11) During February the Lungren Manufacturing Company's costing system reported several variances that the
production manager was surprised to see. Most of the company's monthly variances are under ₱125, even
though they may be either favorable or unfavorable. The following information is for the manufacture of
garden gates, its only product:

1. Direct materials price variance, ₱800 unfavorable.


2. Direct materials efficiency variance, ₱1,800 favorable.
3. Direct manufacturing labor price variance, ₱4,000 favorable.
4. Direct manufacturing labor efficiency variance, ₱600 unfavorable.

Required:
a. Provide the manager with some ideas as to what may have caused the price variances.
b. What may have caused the efficiency variances?

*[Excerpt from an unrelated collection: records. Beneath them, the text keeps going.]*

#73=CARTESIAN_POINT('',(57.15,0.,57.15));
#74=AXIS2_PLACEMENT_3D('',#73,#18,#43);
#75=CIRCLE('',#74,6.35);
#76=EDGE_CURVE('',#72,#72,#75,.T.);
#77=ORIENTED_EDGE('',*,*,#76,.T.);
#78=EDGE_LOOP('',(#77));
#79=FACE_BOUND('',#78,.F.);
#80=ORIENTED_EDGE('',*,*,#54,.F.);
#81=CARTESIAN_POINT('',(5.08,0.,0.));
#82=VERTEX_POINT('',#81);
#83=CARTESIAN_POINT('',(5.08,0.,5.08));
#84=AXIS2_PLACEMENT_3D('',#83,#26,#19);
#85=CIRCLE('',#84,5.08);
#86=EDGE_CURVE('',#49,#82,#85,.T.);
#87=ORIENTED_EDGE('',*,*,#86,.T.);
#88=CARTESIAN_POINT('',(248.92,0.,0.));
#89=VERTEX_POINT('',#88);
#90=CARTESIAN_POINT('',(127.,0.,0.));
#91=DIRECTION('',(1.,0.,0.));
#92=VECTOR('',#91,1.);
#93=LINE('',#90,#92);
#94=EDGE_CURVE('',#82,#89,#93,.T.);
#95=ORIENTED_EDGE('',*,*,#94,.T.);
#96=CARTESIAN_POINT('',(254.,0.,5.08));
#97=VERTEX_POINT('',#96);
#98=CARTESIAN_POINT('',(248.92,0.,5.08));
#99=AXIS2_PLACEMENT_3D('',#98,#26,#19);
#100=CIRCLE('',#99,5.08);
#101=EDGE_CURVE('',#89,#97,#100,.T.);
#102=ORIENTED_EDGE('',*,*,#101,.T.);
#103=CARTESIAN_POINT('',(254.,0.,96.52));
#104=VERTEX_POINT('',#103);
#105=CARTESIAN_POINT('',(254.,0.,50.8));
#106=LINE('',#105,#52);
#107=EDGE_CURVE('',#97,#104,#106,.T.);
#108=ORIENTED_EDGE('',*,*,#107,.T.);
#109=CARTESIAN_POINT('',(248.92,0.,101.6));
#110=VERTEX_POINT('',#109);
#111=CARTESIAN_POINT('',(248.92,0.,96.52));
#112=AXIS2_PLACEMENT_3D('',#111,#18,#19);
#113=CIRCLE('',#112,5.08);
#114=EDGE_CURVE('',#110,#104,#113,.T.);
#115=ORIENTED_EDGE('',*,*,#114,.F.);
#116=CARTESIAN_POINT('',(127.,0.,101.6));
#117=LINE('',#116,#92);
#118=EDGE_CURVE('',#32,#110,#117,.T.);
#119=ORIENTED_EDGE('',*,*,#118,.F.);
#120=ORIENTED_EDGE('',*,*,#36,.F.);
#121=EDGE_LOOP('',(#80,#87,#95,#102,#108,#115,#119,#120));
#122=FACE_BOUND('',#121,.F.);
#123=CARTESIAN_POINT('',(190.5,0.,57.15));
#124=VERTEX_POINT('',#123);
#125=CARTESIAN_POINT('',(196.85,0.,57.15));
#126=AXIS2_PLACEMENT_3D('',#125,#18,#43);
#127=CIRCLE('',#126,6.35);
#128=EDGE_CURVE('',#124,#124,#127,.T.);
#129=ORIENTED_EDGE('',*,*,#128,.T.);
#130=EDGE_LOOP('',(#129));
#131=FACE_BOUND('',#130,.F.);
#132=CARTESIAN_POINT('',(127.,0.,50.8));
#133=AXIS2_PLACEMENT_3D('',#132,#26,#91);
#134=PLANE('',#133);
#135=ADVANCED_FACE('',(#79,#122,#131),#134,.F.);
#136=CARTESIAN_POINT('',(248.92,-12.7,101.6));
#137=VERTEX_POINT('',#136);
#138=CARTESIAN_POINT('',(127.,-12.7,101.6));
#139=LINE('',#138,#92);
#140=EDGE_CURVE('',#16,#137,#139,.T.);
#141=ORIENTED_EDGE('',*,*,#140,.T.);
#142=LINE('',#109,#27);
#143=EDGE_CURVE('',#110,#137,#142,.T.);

12) Waddell Productions makes separate journal entries for all cost accounting-related activities. It uses a
standard cost system for all manufacturing items. For the month of June, the following activities have taken
place:

Direct Manufacturing Materials Purchased ₱300,000


Direct Manufacturing Materials Used 250,000
Direct Materials Price Variance 10,000 unfavorable
(at time of purchase)
Direct Materials Efficiency Variance 15,000 favorable
Direct Manufacturing Labor Price Variance 6,000 favorable
Direct Manufacturing Labor Efficiency Variance 4,000 favorable
Direct Manufacturing Labor Payable 170,000

Requi red:
Record the necessary journal entries to close the accounts for the month.

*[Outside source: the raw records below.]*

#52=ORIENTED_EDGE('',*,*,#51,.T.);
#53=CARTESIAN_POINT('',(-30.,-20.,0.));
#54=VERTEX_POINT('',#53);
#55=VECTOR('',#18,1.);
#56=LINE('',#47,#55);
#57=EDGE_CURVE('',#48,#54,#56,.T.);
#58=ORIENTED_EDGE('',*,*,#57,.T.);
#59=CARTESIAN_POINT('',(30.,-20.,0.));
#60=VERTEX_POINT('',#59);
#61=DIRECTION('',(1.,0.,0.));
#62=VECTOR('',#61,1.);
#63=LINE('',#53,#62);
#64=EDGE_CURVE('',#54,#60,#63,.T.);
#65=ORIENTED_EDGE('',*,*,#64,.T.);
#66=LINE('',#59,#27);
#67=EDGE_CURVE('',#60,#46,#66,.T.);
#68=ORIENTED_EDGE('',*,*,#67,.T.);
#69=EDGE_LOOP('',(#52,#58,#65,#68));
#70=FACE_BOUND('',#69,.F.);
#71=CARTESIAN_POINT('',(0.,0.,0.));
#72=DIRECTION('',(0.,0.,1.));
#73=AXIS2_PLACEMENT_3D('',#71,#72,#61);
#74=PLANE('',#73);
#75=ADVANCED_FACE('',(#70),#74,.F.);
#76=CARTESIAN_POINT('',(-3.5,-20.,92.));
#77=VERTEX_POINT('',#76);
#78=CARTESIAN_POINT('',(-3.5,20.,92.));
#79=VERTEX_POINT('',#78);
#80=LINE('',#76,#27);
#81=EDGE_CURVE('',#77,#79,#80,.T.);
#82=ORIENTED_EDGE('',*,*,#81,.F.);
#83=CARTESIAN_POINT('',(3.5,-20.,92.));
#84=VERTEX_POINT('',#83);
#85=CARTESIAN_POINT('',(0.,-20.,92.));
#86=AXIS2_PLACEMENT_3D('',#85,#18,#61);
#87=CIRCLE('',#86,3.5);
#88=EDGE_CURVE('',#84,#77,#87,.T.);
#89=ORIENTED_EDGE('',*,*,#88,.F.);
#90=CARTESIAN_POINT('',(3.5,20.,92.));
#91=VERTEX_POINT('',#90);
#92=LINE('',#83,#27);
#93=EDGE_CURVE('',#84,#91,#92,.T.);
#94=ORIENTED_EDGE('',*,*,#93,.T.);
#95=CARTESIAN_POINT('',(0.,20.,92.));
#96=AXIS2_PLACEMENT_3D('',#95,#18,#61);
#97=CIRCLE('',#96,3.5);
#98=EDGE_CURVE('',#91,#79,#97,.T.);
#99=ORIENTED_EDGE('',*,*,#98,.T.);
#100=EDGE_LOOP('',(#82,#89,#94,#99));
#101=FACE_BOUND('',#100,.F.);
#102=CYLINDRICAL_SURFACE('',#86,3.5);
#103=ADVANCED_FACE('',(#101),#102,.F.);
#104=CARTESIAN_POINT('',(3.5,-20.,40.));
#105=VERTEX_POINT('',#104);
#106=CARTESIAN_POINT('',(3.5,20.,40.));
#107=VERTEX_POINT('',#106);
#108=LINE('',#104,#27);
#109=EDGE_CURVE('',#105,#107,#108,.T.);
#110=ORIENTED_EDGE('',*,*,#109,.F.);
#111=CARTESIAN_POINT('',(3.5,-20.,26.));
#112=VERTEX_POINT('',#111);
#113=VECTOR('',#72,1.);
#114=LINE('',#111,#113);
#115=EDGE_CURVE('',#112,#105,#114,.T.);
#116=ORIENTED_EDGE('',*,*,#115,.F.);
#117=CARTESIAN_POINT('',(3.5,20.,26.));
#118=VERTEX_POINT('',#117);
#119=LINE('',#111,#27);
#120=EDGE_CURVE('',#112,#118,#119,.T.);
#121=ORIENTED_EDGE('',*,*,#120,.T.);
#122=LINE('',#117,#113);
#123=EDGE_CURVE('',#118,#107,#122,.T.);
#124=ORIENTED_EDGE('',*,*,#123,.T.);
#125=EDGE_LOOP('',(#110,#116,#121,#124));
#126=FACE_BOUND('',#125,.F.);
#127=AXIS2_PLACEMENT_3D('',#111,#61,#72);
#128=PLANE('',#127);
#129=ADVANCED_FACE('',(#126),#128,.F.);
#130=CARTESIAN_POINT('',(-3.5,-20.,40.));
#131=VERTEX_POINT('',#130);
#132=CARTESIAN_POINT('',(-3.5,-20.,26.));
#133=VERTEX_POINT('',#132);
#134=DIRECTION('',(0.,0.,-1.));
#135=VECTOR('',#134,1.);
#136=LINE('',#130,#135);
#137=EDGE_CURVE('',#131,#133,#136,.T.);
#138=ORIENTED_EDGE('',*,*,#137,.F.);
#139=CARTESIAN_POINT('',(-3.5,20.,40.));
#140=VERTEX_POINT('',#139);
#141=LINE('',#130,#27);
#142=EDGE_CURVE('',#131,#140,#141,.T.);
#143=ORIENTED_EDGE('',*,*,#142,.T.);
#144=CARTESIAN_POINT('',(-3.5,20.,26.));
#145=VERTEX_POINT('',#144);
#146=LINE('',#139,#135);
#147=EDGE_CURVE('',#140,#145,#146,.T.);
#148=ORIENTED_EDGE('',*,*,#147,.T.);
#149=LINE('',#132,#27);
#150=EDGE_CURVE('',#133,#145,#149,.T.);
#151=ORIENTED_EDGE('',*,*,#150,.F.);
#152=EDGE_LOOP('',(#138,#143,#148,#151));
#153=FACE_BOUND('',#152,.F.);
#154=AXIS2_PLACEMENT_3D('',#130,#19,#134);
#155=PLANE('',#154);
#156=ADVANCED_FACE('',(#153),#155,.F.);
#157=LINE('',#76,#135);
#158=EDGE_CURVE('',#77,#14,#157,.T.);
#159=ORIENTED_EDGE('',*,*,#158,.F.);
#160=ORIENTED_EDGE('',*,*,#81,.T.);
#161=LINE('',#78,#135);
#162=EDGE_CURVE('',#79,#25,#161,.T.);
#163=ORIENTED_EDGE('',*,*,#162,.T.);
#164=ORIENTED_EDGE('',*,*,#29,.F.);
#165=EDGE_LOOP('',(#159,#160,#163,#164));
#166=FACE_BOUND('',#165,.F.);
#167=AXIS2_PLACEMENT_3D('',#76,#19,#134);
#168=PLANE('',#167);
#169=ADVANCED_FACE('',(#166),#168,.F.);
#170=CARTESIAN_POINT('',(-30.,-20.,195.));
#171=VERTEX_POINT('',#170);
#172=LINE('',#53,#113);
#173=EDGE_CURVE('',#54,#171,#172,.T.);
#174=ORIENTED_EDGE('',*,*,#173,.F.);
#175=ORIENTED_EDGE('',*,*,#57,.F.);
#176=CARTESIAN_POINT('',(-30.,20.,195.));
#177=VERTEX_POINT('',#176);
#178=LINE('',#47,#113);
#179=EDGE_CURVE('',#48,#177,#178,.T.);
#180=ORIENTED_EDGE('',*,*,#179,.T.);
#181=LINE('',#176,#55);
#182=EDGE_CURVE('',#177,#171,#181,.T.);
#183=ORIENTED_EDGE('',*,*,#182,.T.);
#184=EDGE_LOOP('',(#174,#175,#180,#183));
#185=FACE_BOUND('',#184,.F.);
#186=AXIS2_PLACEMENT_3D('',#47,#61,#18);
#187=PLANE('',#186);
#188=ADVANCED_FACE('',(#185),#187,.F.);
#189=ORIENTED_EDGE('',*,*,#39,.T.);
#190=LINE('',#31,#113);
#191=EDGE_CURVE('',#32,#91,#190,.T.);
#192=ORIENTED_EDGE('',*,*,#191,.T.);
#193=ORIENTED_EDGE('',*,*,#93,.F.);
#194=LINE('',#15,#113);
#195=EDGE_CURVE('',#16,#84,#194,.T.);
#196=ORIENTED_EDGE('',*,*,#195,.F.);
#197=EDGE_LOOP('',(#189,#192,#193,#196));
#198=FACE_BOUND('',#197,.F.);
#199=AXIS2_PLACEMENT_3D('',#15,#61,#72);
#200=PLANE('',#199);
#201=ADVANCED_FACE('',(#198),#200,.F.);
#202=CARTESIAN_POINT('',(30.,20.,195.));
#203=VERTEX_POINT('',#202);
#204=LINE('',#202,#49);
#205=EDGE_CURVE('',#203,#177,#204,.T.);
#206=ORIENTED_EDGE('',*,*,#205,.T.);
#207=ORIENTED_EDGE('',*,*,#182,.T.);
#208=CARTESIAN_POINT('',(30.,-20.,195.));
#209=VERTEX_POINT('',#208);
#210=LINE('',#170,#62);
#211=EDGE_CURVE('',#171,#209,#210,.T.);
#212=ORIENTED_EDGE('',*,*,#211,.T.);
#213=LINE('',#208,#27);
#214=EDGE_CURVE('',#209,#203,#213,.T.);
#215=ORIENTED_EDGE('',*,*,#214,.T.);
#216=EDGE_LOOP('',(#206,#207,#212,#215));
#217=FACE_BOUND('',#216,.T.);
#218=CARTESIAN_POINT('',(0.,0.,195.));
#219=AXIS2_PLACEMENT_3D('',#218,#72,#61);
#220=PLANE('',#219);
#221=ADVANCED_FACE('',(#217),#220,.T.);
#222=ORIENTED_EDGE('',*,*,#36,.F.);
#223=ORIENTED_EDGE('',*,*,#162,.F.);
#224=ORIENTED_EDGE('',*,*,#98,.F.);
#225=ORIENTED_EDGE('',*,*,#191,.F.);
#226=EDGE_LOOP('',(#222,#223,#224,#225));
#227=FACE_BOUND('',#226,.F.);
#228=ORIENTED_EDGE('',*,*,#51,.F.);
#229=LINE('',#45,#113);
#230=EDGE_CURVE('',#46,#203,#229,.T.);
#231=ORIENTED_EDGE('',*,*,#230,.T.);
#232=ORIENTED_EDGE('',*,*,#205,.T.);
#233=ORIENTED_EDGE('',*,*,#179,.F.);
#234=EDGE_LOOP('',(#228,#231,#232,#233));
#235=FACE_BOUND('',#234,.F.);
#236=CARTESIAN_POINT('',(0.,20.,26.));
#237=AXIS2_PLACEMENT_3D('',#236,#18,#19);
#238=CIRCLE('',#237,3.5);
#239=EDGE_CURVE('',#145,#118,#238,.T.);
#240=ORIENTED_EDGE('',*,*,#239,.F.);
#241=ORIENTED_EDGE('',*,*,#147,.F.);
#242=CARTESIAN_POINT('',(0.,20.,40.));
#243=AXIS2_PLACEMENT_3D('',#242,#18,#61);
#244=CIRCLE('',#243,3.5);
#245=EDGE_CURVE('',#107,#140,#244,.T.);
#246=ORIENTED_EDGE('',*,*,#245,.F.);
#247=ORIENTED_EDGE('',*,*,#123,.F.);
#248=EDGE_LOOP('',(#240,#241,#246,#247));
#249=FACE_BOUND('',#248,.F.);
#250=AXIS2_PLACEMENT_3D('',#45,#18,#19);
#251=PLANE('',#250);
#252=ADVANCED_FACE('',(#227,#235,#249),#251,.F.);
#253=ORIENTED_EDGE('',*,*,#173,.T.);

13) Explain why there is no efficiency variance for fixed manufacturing overhead costs.

14) Abby Company has just implemented a new cost accounting system that provides two variances for fixed
manufacturing overhead. While the company's managers are familiar with the concept of spending
variances, they are unclear as to how to interpret the production-volume overhead variances. Currently, the
company has a production capacity of 54,000 units a month, although it generally produces only 46,000 units.
However, in any given month the actual production is probably something other than 46,000.

Required:

a. Does the production-volume overhead variance measure the difference between the 54,000 and 46,000,
or the difference between the 46,000 and the actual monthly production? Explain.
b. What advice can you provide the managers that will help them interpret the production-volume
overhead variances?

15) Explain why there is no production-volume variance for variable manufacturing overhead costs.

16) McKenna Company manufactured 1,000 units during April with a total overhead budget of ₱12,400.
However, while manufacturing the 1,000 units the microcomputer that contained the month's cost
information broke down. With the computer out of commission, the accountant has been unable to complete
the variance analysis report. The information missing from the report is lettered in the following set of data:

Variable overhead:
Standard cost per unit: 0.4 labor hour at ₱4 per hour
Actual costs: ₱2,100 for 376 hours
Flexible budget: a
Total flexible-budget variance: b
Variable overhead spending variance: c
Variable overhead efficiency variance: d

Fixed overhead:
Budgeted costs: e
Actual costs: f
Flexible-budget variance: ₱500 favorable

Requi red:
Compute the missing elements in the report represented by the lettered items.